The socio-political fallout from the inherent anger and disappointment in all this is liable to be severe. The public is already warming up for it, with cheerleaders such as Glen Beck on Fox TV News calling for the formation of militias, and gun sales moving out-of-sight. One mistake that the banking elite and their lawyer paladins made the past decade was their show of conspicuous acquisition -- of houses especially -- in easy-to-get-to places where anyone can see them, for instance an angry mob in Fairfield County, Connecticut, or Easthampton, New York. Unlike the beleaguered elites of South Africa (where I visited recently), who live behind layers of fortification, the executives of Citibank, Goldman Sachs, J.P. Morgan, and a long list of hedge funds, will be found cringing in their wine-lockers behind a measly layer of privet hedge when the tattooed minions of Glen Beck come a'calling. 

This could perhaps be avoided if someone in authority like US Attorney General Eric Holder took an aggressive interest in the multiple swindles of the decade past, and commenced some prosecutions. But the window of opportunity for this sort of meliorating action may close sooner than the government and the mainstream media believe. Social phase-change, as in the formations of mobs, is nothing to screw around with. Once the first window is broken, all bets are off for social stability. My guess is that the various bail-out gifts to the bankers are long past having gone too far in the eyes of this increasingly flammable public.

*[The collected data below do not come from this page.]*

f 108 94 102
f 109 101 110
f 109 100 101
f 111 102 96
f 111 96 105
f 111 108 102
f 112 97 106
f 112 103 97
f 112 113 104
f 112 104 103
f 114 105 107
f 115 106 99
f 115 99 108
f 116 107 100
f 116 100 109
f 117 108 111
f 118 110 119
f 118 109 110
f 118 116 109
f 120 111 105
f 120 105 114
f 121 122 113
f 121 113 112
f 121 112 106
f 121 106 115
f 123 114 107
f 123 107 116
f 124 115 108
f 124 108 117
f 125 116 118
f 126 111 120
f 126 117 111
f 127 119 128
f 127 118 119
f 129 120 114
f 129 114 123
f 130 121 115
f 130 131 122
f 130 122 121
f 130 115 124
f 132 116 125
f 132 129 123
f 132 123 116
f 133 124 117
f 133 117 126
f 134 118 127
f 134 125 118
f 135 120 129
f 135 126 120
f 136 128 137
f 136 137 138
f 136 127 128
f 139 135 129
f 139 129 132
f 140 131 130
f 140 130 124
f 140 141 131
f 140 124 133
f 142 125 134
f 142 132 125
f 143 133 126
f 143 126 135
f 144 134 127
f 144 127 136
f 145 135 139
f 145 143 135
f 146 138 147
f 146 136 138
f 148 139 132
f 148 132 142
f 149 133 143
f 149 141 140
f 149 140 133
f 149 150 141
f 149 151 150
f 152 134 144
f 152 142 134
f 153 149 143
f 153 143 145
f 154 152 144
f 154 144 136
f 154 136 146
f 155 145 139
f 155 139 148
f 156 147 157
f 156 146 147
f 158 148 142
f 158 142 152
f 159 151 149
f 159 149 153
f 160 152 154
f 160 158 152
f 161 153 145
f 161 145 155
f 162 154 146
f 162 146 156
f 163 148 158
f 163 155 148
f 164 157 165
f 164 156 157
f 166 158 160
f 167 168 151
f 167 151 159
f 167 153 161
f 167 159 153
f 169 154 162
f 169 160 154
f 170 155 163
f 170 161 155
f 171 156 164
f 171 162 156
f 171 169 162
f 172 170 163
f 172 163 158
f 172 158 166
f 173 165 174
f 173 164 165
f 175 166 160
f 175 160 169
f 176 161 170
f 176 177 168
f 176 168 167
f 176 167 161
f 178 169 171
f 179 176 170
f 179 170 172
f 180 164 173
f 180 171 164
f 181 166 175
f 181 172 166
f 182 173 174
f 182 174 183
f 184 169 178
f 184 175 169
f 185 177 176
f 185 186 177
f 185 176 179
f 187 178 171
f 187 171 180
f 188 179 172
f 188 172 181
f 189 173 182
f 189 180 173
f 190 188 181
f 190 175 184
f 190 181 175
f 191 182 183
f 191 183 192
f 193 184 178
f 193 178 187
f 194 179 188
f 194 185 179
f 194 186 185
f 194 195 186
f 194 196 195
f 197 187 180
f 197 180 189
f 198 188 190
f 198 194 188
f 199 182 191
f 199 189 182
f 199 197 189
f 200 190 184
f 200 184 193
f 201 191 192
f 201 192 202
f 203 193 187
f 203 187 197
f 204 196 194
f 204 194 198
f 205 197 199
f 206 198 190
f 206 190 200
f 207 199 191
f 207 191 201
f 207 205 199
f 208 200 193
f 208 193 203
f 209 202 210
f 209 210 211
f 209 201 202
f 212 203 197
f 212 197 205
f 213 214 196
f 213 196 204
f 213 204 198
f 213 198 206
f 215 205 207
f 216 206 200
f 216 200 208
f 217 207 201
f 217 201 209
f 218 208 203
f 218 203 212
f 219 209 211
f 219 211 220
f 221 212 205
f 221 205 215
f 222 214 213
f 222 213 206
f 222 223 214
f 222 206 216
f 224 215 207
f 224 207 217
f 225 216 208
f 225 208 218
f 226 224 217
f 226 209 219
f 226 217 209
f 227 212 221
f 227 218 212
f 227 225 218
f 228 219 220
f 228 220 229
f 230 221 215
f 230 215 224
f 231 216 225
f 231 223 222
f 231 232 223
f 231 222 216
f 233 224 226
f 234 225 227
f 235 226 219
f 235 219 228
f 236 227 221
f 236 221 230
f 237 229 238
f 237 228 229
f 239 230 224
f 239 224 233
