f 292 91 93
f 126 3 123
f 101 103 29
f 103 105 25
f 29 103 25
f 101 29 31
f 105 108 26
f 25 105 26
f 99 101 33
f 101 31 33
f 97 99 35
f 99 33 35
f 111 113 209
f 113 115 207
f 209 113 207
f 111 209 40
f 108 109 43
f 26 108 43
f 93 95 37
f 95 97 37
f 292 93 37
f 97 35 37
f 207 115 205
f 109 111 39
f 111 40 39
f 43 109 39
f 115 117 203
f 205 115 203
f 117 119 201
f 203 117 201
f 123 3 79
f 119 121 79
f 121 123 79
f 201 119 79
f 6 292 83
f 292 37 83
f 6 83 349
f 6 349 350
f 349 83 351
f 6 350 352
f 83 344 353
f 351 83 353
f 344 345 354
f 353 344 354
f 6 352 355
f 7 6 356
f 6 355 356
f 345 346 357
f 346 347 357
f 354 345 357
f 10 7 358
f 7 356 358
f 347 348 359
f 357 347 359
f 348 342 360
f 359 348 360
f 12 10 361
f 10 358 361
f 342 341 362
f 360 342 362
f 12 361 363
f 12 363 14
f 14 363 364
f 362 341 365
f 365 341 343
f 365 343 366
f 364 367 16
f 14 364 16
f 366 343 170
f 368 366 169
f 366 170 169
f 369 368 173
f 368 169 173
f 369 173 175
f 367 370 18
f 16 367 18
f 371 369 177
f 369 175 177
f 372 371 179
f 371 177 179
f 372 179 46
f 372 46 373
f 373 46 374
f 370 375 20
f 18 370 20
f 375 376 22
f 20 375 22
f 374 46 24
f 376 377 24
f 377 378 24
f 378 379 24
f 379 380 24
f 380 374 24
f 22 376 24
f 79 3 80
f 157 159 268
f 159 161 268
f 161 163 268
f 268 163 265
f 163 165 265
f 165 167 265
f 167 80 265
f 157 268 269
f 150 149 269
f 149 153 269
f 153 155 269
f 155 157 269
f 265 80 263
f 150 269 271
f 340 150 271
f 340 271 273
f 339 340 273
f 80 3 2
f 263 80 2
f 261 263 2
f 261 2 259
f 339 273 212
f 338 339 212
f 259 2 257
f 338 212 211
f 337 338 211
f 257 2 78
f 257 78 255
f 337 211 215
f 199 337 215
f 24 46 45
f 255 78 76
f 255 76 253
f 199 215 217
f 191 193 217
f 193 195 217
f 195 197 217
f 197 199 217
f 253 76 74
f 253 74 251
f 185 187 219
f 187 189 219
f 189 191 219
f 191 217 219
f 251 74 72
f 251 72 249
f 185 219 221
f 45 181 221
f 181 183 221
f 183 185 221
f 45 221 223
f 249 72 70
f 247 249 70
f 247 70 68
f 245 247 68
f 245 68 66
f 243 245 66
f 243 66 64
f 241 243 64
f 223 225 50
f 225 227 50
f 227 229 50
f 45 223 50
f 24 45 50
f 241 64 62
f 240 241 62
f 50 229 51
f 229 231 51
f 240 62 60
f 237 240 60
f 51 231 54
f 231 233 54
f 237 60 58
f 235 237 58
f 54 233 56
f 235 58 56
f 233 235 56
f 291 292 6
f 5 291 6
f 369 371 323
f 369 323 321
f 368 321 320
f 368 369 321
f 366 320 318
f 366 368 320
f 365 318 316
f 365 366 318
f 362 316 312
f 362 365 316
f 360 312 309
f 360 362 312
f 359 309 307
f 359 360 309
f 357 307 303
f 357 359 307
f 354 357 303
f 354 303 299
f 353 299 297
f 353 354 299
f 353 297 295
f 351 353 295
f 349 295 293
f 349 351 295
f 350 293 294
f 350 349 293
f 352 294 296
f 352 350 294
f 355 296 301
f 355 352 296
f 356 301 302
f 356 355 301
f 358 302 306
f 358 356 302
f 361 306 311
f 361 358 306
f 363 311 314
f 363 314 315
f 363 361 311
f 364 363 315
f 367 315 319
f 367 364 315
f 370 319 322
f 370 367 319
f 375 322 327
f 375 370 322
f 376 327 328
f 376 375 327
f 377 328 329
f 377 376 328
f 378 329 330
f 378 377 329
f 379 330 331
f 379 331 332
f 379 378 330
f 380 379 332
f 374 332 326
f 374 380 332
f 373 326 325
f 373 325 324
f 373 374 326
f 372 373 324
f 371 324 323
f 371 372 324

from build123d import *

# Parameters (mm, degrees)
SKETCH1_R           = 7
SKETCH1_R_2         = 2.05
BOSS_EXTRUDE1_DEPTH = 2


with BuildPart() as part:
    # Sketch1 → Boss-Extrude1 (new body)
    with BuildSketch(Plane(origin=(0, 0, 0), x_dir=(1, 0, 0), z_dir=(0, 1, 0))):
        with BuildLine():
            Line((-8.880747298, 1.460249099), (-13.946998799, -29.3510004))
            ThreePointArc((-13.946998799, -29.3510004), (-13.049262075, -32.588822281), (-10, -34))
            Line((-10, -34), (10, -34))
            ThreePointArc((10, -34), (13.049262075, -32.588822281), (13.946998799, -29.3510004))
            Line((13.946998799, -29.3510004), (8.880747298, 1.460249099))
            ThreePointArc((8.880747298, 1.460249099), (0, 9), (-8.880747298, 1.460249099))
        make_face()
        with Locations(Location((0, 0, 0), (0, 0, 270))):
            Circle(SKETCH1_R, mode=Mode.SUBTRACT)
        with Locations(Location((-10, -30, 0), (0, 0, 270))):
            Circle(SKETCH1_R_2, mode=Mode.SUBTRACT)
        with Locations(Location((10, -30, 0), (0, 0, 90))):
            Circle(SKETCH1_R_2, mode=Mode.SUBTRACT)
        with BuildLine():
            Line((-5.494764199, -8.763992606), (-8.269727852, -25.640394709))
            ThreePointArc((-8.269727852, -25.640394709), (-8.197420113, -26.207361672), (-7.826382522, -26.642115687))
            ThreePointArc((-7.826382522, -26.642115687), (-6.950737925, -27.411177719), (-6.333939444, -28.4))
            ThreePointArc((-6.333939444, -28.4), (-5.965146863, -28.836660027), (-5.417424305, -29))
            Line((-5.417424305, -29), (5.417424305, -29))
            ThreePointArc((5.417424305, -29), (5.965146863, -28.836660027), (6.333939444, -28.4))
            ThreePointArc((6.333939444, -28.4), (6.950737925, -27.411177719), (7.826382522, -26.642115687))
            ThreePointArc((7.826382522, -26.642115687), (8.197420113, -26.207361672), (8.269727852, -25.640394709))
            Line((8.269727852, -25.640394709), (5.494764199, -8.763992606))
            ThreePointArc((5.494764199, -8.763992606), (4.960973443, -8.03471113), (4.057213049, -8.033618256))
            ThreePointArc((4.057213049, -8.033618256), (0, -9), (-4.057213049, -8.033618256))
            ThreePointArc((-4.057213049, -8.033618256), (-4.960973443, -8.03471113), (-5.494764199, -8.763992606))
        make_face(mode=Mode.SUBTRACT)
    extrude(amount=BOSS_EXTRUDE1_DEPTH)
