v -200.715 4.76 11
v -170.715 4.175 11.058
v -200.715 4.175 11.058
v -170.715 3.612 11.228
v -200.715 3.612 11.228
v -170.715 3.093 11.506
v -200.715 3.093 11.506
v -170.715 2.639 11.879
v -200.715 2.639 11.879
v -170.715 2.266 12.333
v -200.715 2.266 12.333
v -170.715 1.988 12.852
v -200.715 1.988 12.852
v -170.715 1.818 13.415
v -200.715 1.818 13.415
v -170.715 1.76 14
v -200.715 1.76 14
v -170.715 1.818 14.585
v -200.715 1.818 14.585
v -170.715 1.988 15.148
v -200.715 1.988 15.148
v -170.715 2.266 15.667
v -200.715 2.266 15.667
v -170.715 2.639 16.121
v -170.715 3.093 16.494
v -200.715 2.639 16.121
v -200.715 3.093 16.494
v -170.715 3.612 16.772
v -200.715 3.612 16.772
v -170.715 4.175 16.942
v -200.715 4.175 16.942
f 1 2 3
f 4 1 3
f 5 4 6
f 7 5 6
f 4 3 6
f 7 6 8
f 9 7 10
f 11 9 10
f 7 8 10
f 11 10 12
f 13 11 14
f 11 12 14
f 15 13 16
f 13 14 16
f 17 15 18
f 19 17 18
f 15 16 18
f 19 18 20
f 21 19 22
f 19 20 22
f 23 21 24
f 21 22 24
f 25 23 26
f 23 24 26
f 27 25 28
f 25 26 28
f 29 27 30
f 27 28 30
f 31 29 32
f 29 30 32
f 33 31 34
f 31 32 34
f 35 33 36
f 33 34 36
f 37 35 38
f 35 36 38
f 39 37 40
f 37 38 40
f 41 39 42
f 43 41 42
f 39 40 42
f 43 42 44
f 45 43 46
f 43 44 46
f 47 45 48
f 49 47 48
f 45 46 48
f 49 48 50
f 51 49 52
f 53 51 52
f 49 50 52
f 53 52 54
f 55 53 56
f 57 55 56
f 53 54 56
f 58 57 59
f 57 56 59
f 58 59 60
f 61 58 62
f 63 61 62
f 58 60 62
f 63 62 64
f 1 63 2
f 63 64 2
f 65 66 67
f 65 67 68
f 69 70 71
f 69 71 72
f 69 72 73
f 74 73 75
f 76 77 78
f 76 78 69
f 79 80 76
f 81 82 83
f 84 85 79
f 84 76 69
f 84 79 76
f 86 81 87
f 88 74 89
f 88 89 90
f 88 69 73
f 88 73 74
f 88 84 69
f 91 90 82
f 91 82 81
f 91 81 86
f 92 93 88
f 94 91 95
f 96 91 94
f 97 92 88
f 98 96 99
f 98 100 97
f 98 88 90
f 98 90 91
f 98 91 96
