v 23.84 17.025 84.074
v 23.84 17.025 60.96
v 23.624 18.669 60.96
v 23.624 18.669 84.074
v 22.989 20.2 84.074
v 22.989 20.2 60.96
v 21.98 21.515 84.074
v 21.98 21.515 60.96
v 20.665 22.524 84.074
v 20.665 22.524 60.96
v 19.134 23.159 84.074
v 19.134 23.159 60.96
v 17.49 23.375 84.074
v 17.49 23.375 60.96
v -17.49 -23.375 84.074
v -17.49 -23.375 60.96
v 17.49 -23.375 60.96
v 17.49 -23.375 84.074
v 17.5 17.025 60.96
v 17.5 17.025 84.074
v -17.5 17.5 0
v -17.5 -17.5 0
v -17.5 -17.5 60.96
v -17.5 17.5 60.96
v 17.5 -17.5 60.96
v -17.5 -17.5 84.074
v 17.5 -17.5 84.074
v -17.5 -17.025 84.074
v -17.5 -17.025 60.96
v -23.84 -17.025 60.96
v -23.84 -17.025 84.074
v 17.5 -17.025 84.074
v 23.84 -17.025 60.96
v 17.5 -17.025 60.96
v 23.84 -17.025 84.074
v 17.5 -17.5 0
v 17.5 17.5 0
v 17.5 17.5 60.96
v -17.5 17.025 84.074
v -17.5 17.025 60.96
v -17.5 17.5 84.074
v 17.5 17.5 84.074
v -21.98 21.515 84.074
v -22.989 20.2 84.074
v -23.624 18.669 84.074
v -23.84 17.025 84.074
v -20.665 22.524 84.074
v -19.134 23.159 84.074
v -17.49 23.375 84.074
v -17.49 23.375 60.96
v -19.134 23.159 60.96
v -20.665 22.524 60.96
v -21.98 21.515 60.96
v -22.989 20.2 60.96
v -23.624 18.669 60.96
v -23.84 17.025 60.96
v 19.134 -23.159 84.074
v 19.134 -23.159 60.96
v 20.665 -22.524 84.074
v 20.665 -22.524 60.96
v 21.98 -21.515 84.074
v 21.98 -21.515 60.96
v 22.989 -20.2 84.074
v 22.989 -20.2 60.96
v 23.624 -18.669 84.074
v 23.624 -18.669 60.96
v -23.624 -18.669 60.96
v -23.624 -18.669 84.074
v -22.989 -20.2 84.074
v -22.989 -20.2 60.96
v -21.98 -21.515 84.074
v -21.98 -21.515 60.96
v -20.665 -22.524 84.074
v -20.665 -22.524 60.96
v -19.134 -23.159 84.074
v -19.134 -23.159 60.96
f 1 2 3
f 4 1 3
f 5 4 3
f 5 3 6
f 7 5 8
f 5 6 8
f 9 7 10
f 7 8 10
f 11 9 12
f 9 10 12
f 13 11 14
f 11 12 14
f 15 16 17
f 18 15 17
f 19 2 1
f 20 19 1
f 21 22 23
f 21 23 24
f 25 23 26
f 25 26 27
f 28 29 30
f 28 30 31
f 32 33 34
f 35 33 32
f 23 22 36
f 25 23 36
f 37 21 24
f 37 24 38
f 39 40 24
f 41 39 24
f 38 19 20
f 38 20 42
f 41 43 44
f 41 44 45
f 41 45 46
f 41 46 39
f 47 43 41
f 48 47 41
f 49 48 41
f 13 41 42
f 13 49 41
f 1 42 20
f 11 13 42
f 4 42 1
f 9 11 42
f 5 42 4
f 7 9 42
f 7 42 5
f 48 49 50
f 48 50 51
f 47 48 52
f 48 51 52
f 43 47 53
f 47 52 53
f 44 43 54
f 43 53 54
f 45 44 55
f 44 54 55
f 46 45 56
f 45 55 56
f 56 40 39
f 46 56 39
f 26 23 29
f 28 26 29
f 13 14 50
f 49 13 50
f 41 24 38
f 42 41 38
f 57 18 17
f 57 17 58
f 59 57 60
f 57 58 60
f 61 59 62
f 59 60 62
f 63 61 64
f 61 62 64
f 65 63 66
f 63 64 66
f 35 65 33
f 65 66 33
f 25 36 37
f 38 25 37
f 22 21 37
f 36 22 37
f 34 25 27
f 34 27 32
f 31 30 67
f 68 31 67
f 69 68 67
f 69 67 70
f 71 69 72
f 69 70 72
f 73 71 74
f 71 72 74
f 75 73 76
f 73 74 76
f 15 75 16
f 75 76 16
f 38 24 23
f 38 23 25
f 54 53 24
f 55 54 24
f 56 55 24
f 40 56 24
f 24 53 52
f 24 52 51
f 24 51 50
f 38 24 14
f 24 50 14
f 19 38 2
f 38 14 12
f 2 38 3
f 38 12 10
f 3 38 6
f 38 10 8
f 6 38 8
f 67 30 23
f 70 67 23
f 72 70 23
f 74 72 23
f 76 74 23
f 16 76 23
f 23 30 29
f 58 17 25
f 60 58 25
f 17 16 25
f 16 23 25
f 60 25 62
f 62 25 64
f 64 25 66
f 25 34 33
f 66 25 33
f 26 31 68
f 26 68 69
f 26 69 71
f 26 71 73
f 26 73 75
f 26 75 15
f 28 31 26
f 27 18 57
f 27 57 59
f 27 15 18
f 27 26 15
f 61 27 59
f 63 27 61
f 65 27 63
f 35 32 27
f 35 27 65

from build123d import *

# Parameters (mm, degrees)
F0_W      = 35
F0_H      = 35
F1_DEPTH  = 60.96
F2_W      = 35
F2_H      = 35
F3_DEPTH  = 23.114
F3_FACE_W = 34.050028
F3_FACE_H = 23.114
F4_DEPTH  = 64.516


with BuildPart() as f1:
    # F0 (on Top) → F1 (new body)
    with BuildSketch(Plane.XY):
        Rectangle(F0_W, F0_H)
    extrude(amount=F1_DEPTH)


with BuildPart() as f3:
    # F2 (on face) → F3 (new body)
    with BuildSketch(Plane.XY.offset(60.96)):
        with BuildLine():
            Line((17.490189, 23.375014), (-17.490189, 23.375014))
            ThreePointArc((-17.490189, 23.375014), (-21.980317, 21.515142), (-23.840189, 17.025014))
            Line((-23.840189, 17.025014), (-23.840189, -17.025014))
            ThreePointArc((-23.840189, -17.025014), (-21.980317, -21.515142), (-17.490189, -23.375014))
            Line((-17.490189, -23.375014), (17.490189, -23.375014))
            ThreePointArc((17.490189, -23.375014), (21.980317, -21.515142), (23.840189, -17.025014))
            Line((23.840189, -17.025014), (23.840189, 17.025014))
            ThreePointArc((23.840189, 17.025014), (21.980317, 21.515142), (17.490189, 23.375014))
        make_face()
        Rectangle(F2_W, F2_H, mode=Mode.SUBTRACT)
    extrude(amount=F3_DEPTH)

    # F3_face (on face) → F4 (cut)
    with BuildSketch(Plane(origin=(23.840189, 0, 72.517), x_dir=(0, 1, 0), z_dir=(1, 0, 0))):
        Rectangle(F3_FACE_W, F3_FACE_H)
    extrude(amount=-F4_DEPTH, mode=Mode.SUBTRACT)


solid = Compound([f1.part, f3.part])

We have no previous experience with this type of social unrest. The violence of the Vietnam era will look very limited and reasonable in comparison -- in the sense that it was an uprising on the grounds of principle, not survival. And the Civil War was a wholly regimented affair between two rival factions. This time, people with little interest in principle beyond some dim idea of economic fairness, will be hoisting the flaming brands out of sheer grievance and malice. By the time [Goldman Sachs CEO] Lloyd Blankfein sees the torches flickering through his privet, it will be too late to defend the honor of his cappuccino machine.